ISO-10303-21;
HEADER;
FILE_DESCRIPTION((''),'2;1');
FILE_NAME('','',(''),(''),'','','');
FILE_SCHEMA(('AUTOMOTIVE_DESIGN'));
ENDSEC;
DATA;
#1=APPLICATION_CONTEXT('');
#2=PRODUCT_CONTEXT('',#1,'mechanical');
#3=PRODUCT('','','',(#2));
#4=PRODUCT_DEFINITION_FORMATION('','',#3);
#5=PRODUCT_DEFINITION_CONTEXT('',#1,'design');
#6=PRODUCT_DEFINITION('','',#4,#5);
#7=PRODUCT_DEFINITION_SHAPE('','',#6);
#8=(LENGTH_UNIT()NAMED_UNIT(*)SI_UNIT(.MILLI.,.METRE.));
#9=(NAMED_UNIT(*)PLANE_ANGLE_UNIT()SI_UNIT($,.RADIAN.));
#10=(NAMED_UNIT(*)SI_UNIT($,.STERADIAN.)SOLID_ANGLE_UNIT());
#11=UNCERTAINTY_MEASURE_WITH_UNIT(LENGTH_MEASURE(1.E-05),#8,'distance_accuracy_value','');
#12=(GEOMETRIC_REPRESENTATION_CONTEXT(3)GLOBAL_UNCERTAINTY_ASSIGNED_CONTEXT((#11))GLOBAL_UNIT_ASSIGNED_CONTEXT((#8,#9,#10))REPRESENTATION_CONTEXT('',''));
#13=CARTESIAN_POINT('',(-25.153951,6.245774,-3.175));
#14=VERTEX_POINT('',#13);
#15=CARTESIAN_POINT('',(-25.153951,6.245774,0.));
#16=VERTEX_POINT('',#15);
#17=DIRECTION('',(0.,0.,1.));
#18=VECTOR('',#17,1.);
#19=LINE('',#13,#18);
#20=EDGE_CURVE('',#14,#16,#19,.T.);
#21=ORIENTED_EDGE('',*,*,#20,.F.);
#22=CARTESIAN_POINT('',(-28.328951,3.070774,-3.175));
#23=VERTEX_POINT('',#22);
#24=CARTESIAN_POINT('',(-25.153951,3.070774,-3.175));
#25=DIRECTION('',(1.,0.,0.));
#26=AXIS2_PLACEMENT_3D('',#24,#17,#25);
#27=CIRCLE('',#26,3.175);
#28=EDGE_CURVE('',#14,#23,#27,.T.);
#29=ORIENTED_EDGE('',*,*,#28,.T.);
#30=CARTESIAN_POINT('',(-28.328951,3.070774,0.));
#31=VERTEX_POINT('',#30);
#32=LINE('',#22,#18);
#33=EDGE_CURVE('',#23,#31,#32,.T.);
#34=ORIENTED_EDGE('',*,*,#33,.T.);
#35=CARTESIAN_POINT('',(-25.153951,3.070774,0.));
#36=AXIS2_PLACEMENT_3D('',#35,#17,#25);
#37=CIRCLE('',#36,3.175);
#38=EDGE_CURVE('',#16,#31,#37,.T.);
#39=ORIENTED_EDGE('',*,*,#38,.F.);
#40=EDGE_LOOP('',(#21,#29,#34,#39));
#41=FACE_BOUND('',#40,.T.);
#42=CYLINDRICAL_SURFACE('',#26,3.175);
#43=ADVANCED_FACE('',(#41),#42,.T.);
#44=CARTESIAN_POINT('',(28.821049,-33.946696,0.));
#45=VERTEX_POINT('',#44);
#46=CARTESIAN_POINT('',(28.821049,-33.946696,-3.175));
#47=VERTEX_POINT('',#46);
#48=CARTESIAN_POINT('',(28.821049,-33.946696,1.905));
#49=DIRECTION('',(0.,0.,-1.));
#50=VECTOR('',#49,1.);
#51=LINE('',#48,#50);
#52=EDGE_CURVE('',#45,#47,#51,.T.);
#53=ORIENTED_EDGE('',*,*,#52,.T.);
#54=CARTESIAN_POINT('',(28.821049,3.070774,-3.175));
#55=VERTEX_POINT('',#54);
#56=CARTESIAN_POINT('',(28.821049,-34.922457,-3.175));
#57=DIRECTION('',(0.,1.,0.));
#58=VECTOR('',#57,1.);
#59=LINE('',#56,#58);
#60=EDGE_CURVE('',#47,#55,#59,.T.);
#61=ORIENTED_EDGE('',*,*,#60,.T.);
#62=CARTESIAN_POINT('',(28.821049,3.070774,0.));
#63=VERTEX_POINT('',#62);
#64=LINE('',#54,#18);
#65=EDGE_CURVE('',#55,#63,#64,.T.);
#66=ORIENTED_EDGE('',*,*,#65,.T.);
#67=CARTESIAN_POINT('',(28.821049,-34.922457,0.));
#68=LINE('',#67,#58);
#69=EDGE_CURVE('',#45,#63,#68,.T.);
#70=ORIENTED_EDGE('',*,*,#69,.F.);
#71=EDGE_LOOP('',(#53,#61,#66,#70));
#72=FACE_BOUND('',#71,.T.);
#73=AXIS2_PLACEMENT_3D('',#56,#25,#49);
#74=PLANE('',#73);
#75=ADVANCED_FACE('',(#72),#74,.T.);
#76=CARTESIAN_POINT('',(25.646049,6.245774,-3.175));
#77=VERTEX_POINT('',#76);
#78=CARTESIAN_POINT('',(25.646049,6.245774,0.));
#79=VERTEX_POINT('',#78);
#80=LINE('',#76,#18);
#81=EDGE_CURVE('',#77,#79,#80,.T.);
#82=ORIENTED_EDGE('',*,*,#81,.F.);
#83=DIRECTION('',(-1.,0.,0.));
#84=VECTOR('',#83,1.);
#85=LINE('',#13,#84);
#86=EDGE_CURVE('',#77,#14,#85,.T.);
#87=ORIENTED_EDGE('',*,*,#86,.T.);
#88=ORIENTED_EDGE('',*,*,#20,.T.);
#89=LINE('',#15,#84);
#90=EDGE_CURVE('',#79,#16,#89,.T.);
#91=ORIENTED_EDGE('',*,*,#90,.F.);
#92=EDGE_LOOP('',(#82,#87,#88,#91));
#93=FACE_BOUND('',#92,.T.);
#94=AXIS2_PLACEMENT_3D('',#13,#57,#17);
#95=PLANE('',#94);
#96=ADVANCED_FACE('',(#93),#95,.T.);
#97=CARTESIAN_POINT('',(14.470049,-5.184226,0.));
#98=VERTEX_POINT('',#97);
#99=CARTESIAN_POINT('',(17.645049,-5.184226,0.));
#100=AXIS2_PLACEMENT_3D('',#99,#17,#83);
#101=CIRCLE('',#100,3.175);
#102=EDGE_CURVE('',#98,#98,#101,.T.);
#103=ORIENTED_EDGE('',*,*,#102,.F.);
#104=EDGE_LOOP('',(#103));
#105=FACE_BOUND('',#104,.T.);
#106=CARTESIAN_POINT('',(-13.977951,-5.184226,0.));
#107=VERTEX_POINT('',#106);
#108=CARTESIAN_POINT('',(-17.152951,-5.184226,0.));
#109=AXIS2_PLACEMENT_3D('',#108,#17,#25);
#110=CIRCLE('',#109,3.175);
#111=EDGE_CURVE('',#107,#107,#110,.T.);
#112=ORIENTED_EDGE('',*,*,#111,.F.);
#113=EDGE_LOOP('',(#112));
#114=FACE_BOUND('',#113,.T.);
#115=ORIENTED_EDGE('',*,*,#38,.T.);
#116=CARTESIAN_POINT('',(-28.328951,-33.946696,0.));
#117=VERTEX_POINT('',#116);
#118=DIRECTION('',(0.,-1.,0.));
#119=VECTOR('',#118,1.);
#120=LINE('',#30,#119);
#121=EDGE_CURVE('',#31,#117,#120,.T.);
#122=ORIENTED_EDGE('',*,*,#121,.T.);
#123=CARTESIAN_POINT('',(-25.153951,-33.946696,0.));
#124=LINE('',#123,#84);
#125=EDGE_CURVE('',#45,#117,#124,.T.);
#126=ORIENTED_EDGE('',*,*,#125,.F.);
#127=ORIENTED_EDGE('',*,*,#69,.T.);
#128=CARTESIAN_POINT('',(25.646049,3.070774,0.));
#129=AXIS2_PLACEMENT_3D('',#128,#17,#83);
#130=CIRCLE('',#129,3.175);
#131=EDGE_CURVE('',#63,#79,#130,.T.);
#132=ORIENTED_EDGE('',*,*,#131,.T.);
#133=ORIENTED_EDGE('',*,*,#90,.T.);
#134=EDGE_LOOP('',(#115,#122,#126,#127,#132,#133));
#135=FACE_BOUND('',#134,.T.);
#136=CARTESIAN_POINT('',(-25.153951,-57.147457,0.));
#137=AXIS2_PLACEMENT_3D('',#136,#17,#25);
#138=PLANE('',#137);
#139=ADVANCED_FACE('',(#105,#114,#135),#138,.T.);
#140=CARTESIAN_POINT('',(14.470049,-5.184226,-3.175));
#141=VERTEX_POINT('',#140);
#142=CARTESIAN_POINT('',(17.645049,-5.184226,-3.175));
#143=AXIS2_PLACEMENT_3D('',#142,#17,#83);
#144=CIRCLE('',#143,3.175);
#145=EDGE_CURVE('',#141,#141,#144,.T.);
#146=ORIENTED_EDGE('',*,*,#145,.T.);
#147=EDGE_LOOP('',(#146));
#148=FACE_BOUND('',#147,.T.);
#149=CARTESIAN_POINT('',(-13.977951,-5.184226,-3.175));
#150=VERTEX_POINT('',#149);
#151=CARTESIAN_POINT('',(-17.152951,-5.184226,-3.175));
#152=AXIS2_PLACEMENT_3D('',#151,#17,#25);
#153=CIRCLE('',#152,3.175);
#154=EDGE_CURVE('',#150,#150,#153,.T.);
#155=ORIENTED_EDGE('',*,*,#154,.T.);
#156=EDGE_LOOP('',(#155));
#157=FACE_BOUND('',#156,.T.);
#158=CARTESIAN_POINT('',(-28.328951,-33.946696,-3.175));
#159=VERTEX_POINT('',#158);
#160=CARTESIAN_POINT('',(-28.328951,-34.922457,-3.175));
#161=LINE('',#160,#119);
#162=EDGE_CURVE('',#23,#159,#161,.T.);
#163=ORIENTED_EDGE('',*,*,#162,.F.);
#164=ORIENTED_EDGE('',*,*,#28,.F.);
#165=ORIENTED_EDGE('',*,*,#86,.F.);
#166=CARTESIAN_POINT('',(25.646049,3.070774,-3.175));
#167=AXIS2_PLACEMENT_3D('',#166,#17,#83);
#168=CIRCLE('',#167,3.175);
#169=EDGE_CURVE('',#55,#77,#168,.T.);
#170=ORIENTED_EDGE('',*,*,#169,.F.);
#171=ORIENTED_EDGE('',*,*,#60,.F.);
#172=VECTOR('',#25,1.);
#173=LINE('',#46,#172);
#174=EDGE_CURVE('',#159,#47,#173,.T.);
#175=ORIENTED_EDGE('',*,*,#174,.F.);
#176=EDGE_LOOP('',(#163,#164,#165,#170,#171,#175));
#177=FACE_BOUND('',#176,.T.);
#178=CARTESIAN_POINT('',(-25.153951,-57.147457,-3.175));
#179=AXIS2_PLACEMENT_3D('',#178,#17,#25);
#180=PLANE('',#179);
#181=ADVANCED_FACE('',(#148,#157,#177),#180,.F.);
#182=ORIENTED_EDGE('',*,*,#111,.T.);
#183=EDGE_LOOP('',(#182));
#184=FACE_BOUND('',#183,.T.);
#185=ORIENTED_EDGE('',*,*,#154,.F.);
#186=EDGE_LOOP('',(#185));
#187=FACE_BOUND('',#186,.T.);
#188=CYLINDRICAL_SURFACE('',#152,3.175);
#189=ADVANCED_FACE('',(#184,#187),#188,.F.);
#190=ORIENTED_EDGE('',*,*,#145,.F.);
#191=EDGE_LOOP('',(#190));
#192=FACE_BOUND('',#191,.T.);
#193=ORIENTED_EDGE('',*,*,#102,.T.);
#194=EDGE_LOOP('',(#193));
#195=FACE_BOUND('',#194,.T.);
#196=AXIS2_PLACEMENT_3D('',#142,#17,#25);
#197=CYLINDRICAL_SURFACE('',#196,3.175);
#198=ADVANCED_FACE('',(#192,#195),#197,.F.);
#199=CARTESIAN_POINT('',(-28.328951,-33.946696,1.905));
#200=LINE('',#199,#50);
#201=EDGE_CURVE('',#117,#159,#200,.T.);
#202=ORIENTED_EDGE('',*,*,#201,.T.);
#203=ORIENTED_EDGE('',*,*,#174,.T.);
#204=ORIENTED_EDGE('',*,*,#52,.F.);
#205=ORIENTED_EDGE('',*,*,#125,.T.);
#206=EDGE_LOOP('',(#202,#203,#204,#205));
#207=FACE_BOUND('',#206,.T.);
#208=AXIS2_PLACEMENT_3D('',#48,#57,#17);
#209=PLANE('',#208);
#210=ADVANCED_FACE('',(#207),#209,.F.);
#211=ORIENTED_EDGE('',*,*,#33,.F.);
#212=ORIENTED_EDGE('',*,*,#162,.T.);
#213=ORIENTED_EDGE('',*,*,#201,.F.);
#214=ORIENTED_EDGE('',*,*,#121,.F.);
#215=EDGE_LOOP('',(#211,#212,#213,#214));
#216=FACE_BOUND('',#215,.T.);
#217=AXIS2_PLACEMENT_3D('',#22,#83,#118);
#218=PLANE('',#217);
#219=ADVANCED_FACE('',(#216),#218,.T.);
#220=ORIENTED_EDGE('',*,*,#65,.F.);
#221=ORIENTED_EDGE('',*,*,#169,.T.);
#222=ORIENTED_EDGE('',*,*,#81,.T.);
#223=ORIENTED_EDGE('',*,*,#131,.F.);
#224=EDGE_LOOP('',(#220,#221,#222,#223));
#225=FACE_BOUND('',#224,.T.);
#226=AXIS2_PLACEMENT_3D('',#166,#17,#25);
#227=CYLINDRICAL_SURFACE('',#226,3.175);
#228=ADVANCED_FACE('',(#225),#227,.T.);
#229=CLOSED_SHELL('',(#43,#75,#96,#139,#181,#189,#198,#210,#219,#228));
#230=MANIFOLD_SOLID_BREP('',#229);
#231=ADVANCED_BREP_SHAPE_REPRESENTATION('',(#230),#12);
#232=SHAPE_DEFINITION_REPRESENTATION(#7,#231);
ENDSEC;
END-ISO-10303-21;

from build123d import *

# Parameters (mm, degrees)
BOSS_EXTRUDE1_DEPTH = 3.175
SKETCH2_R           = 3.175
CUT_EXTRUDE1_DEPTH  = 67.929307933
SKETCH3_W           = 57.15
SKETCH3_H           = 29.175717927
CUT_EXTRUDE2_DEPTH  = 5.08


with BuildPart() as part:
    # Sketch1 → Boss-Extrude1 (new body)
    with BuildSketch(Plane.XY):
        with BuildLine():
            Line((-28.328951223, 3.070773738), (-28.328951223, -34.922456704))
            Line((-28.328951223, -34.922456704), (-28.328951223, -57.147456704))
            ThreePointArc((-28.328951223, -57.147456704), (-27.399015253, -59.392520734), (-25.153951223, -60.322456704))
            Line((-25.153951223, -60.322456704), (25.646048777, -60.322456704))
            ThreePointArc((25.646048777, -60.322456704), (27.891112807, -59.392520734), (28.821048777, -57.147456704))
            Line((28.821048777, -57.147456704), (28.821048777, -34.922456704))
            Line((28.821048777, -34.922456704), (28.821048777, 3.070773738))
            ThreePointArc((28.821048777, 3.070773738), (27.891112807, 5.315837768), (25.646048777, 6.245773738))
            Line((25.646048777, 6.245773738), (-25.153951223, 6.245773738))
            ThreePointArc((-25.153951223, 6.245773738), (-27.399015253, 5.315837768), (-28.328951223, 3.070773738))
        make_face()
    extrude(amount=-BOSS_EXTRUDE1_DEPTH)

    # Sketch2 → Cut-Extrude1 (cut, through all)
    with BuildSketch(Plane.XY):
        with Locations((-17.152951223, -5.184226262)):
            Circle(SKETCH2_R)
        with Locations(Location((17.645048777, -5.184226262, 0), (0, 0, 180))):
            Circle(SKETCH2_R)
    extrude(amount=-CUT_EXTRUDE1_DEPTH, mode=Mode.SUBTRACT)

    # Sketch3 → Cut-Extrude2 (cut)
    with BuildSketch(Plane(origin=(0, 0, -3.175), x_dir=(-1, 0, 0), z_dir=(0, 0, -1))):
        with Locations((-0.246048777, -48.534555274)):
            Rectangle(SKETCH3_W, SKETCH3_H)
    extrude(amount=-CUT_EXTRUDE2_DEPTH, mode=Mode.SUBTRACT)


solid = part.part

WORK REQUIRED: Only lines containing the word "VECTOR" should be copied from the material above.

RESULT BELOW:
#18=VECTOR('',#17,1.);
#50=VECTOR('',#49,1.);
#58=VECTOR('',#57,1.);
#84=VECTOR('',#83,1.);
#119=VECTOR('',#118,1.);
#172=VECTOR('',#25,1.);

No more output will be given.